The empirical formula represents the simplest whole-number ratio of atoms in a compound. It's a foundational concept in chemistry that helps us understand the basic composition of compounds. To determine the empirical formula, you first need to convert the percentage composition of each element into grams, assuming you have a 100g sample. This exercise used 49.31% of carbon, 6.90% of hydrogen, and the remainder oxygen to calculate the grams of each element. Next, these grams are converted into moles using the molar mass (C: 12.01 g/mol, H: 1.008 g/mol, O: 16.00 g/mol). To find the empirical formula, identify the smallest number of moles calculated and divide all molecular numbers by this smallest value. This provides the ratio of each element, which can be adjusted to whole numbers, resulting in the empirical formula. Here, it's found to be \( \text{C}_3\text{H}_5\text{O}_2 \). This step is crucial for understanding the fundamental composition of organic molecules.

Molecular Formula

The molecular formula of a compound provides the actual numbers of atoms of each element in a molecule.

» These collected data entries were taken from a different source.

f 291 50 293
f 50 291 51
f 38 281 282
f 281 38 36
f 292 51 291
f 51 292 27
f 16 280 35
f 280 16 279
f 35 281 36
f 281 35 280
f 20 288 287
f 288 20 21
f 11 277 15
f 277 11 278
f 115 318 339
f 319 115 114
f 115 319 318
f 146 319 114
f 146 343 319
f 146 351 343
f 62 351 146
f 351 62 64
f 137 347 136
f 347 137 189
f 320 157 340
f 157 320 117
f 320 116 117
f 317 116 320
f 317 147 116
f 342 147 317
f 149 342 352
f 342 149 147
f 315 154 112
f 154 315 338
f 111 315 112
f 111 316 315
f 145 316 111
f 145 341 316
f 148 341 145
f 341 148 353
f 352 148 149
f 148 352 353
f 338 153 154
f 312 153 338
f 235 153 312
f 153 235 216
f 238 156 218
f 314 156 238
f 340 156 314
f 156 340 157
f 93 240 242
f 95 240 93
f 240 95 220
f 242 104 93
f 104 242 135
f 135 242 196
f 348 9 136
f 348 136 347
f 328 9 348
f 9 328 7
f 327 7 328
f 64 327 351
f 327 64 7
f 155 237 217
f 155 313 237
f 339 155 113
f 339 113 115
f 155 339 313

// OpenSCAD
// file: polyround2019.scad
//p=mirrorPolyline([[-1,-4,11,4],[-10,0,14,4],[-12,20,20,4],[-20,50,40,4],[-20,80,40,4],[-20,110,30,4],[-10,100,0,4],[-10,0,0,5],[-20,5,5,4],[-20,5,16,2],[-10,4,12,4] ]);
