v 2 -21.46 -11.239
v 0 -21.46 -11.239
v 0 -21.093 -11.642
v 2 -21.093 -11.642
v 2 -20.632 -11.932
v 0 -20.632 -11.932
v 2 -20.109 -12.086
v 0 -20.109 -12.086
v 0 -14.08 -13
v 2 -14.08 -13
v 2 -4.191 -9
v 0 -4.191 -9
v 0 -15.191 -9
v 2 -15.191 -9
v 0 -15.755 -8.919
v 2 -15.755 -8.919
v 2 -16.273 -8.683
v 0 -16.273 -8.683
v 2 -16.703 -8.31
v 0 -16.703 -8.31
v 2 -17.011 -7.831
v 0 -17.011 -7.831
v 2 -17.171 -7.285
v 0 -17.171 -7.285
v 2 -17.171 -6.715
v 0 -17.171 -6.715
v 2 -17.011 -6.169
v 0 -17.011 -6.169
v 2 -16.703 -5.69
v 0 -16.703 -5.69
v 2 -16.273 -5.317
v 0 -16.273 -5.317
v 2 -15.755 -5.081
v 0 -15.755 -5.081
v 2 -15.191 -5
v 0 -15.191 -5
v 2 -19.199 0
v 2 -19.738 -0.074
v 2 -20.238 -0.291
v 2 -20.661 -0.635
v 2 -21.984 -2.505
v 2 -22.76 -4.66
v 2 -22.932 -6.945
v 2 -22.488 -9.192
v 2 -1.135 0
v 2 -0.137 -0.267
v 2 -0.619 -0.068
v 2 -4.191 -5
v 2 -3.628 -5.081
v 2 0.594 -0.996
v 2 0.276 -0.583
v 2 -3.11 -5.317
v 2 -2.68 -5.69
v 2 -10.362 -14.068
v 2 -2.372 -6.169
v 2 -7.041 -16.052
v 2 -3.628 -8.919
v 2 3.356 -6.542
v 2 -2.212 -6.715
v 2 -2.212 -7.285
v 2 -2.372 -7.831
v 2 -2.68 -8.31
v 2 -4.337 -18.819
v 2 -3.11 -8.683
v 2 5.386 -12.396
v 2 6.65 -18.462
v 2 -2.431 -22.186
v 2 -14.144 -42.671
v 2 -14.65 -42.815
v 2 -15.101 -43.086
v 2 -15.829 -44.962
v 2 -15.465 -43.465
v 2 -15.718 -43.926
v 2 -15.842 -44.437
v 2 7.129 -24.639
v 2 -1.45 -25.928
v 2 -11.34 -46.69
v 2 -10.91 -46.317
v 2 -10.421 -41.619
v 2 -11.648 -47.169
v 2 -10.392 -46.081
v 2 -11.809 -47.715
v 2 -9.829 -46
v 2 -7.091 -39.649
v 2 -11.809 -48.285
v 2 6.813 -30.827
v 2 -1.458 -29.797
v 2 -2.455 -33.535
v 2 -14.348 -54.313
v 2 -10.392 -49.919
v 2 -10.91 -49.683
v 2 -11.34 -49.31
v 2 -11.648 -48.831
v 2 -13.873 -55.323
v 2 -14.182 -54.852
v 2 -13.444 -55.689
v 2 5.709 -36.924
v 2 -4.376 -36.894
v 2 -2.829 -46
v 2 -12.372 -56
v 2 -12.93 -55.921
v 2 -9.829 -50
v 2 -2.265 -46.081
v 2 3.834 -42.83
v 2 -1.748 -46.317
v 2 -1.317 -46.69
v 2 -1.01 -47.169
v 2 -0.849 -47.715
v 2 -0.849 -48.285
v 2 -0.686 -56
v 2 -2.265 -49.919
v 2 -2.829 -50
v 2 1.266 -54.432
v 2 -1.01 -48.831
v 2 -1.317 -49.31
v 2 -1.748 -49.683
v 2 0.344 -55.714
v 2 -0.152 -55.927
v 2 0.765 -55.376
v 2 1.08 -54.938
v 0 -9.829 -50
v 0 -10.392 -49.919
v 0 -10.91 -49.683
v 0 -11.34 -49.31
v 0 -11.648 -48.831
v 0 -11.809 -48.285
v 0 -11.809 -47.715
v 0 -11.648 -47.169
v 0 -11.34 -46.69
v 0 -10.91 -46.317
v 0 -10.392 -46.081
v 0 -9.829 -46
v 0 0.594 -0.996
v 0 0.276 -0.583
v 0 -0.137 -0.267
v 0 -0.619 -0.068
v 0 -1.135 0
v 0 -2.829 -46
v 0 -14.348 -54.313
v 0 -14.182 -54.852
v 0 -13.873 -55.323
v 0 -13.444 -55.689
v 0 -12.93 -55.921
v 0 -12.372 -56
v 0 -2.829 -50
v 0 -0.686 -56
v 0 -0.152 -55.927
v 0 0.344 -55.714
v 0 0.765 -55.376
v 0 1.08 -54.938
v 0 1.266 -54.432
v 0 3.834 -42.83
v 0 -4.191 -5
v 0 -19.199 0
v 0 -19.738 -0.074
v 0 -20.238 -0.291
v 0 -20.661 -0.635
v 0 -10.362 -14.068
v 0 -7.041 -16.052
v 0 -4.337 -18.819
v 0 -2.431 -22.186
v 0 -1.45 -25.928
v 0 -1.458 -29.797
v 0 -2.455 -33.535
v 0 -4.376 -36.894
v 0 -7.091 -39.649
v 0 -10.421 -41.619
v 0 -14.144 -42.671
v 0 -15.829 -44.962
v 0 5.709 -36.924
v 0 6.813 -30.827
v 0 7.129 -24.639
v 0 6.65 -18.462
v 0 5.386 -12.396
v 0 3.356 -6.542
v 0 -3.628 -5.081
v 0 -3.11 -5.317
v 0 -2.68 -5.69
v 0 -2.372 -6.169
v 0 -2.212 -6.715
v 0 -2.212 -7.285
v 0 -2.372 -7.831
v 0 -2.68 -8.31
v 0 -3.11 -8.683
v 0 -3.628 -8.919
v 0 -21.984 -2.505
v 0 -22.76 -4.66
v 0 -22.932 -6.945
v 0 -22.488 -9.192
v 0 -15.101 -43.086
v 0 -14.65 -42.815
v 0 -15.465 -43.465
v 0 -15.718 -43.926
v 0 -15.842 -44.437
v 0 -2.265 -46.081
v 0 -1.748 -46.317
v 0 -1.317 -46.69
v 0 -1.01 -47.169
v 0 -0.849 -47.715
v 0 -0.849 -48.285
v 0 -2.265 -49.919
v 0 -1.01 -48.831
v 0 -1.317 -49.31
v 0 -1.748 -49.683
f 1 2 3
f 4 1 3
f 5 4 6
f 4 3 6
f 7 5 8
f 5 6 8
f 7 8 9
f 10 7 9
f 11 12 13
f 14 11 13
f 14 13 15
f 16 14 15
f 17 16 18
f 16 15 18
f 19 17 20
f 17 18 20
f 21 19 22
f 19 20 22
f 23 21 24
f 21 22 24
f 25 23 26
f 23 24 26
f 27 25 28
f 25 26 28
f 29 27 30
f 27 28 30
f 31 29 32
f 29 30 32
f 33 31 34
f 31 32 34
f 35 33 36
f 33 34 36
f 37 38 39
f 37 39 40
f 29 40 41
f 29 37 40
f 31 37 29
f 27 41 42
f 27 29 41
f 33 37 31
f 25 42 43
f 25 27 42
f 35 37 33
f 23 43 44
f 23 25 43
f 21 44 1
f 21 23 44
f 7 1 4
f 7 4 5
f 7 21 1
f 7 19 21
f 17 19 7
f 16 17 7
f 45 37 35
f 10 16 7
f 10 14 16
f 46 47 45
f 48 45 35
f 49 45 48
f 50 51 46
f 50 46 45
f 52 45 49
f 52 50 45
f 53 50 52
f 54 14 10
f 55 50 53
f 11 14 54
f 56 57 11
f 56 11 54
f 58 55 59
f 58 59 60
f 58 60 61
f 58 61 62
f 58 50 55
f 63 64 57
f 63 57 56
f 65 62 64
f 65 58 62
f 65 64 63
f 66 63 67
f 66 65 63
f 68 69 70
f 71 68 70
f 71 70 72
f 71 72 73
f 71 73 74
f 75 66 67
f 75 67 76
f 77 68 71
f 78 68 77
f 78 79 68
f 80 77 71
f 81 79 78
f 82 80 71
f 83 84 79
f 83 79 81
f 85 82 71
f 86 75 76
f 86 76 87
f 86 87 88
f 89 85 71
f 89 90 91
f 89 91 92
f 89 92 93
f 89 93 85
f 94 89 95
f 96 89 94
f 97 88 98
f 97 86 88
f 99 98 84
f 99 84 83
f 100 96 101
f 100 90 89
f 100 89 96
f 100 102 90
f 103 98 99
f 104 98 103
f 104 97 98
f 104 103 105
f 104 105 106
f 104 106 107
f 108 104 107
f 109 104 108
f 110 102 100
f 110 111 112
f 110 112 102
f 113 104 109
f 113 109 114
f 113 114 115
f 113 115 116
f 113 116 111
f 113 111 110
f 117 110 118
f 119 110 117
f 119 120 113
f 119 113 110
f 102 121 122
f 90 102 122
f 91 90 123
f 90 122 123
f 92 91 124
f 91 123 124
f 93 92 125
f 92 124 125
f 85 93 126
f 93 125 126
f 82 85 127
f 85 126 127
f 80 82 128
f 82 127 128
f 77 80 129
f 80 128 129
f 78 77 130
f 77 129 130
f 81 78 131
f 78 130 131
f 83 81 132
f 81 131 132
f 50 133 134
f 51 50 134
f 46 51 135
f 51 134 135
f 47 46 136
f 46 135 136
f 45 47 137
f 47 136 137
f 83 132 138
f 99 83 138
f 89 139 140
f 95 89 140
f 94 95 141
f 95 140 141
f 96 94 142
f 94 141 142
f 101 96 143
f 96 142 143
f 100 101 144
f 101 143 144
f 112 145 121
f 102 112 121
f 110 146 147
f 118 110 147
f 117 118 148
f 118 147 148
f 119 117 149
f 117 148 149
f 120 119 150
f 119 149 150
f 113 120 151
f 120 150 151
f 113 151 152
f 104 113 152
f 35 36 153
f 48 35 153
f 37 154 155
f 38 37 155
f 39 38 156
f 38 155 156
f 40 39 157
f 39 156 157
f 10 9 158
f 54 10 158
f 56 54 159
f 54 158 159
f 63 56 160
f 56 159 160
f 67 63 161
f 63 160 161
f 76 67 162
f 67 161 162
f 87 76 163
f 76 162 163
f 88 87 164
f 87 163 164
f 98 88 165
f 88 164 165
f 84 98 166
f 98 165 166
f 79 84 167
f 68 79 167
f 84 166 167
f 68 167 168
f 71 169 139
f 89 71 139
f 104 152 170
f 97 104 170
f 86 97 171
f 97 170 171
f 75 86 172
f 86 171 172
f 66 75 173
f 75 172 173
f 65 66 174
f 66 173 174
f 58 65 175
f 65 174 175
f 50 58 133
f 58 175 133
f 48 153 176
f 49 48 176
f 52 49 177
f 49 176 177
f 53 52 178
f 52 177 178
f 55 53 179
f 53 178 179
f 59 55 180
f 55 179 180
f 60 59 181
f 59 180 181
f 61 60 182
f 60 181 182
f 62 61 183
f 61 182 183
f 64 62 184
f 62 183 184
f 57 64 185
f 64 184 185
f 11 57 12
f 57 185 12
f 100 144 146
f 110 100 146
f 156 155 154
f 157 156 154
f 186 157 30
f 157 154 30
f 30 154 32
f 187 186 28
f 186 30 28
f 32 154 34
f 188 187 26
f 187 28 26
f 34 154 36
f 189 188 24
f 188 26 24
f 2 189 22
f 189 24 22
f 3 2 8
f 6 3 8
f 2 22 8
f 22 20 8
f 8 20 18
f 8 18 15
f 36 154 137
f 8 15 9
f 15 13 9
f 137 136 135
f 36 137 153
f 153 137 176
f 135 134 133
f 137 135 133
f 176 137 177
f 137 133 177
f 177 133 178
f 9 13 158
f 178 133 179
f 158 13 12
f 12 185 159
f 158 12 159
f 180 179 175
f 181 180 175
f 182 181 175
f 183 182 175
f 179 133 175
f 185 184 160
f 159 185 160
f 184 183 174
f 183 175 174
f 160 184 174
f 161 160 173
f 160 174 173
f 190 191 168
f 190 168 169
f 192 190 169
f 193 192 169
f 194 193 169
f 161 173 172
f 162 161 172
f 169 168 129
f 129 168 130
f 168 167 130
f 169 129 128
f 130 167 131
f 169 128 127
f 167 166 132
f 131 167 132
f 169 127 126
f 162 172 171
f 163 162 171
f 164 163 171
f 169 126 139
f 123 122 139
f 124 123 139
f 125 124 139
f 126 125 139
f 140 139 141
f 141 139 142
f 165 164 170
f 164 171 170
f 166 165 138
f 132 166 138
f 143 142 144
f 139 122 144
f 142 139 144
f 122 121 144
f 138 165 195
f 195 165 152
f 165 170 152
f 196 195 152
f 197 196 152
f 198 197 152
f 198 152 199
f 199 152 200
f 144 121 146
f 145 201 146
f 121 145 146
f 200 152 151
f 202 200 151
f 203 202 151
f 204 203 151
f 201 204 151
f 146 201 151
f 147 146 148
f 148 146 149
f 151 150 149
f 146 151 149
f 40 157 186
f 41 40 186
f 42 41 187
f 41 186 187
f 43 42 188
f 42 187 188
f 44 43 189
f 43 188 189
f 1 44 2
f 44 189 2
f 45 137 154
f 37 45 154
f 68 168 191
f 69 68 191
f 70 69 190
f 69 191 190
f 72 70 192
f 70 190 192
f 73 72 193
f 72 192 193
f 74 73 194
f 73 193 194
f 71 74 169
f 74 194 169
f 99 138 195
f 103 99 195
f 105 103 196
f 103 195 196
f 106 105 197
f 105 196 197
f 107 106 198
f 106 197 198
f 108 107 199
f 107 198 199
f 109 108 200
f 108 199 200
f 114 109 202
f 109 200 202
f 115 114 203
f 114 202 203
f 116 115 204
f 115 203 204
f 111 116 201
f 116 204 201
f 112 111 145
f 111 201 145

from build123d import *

# Parameters (mm, degrees)
RESSALTO_EXTRUS_O1_DEPTH = 2


with BuildPart() as part:
    # Esboço1 → Ressalto-extrusão1 (new body)
    with BuildSketch(Plane(origin=(0, 0, 0), x_dir=(0, 0, -1), z_dir=(1, 0, 0))):
        with BuildLine():
            Line((0, -1.135256663), (0, -19.198580097))
            ThreePointArc((0, -19.198580097), (0.165672539, -19.99560128), (0.635242767, -20.66057794))
            ThreePointArc((0.635242767, -20.66057794), (5.79673997, -22.923055217), (11.239007951, -21.459642756))
            ThreePointArc((11.239007951, -21.459642756), (11.802930255, -20.872546688), (12.086175338, -20.109354458))
            Line((12.086175338, -20.109354458), (13, -14.080459117))
            ThreePointArc((13, -14.080459117), (27.8629628, -1.328429998), (42.670766881, -14.144468704))
            ThreePointArc((42.670766881, -14.144468704), (43.465031593, -15.464843047), (44.962324336, -15.8286552))
            Line((44.962324336, -15.8286552), (54.31286893, -14.347674427))
            ThreePointArc((54.31286893, -14.347674427), (55.520811931, -13.671193843), (56, -12.372297746))
            Line((56, -12.372297746), (56, -0.68631259))
            ThreePointArc((56, -0.68631259), (55.559508665, 0.565858613), (54.432067277, 1.266459252))
            Line((54.432067277, 1.266459252), (42.829728449, 3.833574795))
            ThreePointArc((42.829728449, 3.833574795), (21.542961045, 6.988627316), (0.995627431, 0.594262271))
            ThreePointArc((0.995627431, 0.594262271), (0.2666874, -0.137445342), (0, -1.135256663))
        make_face()
        with BuildLine():
            Line((9, -4.191253682), (9, -15.191253682))
            ThreePointArc((9, -15.191253682), (7, -17.191253682), (5, -15.191253682))
            Line((5, -15.191253682), (5, -4.191253682))
            ThreePointArc((5, -4.191253682), (7, -2.191253682), (9, -4.191253682))
        make_face(mode=Mode.SUBTRACT)
        with BuildLine():
            Line((50, -2.828963065), (50, -9.828963065))
            ThreePointArc((50, -9.828963065), (48, -11.828963065), (46, -9.828963065))
            Line((46, -9.828963065), (46, -2.828963065))
            ThreePointArc((46, -2.828963065), (48, -0.828963065), (50, -2.828963065))
        make_face(mode=Mode.SUBTRACT)
    extrude(amount=RESSALTO_EXTRUS_O1_DEPTH)


solid = part.part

While similar to the empirical formula, the molecular formula isn't necessarily the simplest form. It's essentially a multiple of the empirical formula. Knowing the molar mass of the compound, you can compare this with the empirical formula's molar mass to find the molecular formula. In adipic acid, the empirical formula is \( \text{C}_3\text{H}_5\text{O}_2 \), which needs to match the molecular mass of adipic acid. If the molecular mass is known, you can determine how many times the empirical formula fits into this mass. For adipic acid, the empirical formula was multiplied by two to yield the known compound formula, \( \text{C}_6\text{H}_{10}\text{O}_4 \). This verification confirms the identity and structure of the compound in question.

Combustion Reaction

Combustion reactions are fundamental in understanding how organic compounds react. In a combustion reaction, a compound typically combines with oxygen (\( \text{O}_2 \)) to produce carbon dioxide (\( \text{CO}_2 \)) and water (\( \text{H}_2\text{O} \)). These reactions must be balanced to obey the law of conservation of mass. Balancing involves ensuring the number of atoms of each element on the reactants side matches those on the products side. In the given exercise, adipic acid combustion is balanced as: 2\( \text{C}_6\text{H}_{10}\text{O}_4 \) + 15\( \text{O}_2 \) \( \rightarrow \) 12\( \text{CO}_2 \) + 10\( \text{H}_2\text{O} \). Ensuring that every component is accounted for helps us predict the products of combustion reactions and understand their broader chemical implications.

Organic Compounds

Organic compounds are the backbone of chemistry and biological systems. Characterized by containing carbon atoms, often bonded with elements like hydrogen, oxygen, nitrogen, and others, organic compounds range from simple molecules like methane (\( \text{CH}_4 \)) to complex proteins found in living organisms. Key features of organic compounds include:

• Carbon-to-carbon bonding forming chains or rings
• The presence of functional groups that define chemical properties
• Varied molecular structures, which allow for large diversity

Adipic acid, the subject of this exercise, is an organic acid utilized in the production of nylon. This organic compound highlights how diverse carbon compounds are employed in industry and nature. Understanding the properties and behaviors of organic compounds enriches our ability to create materials and understand biological systems.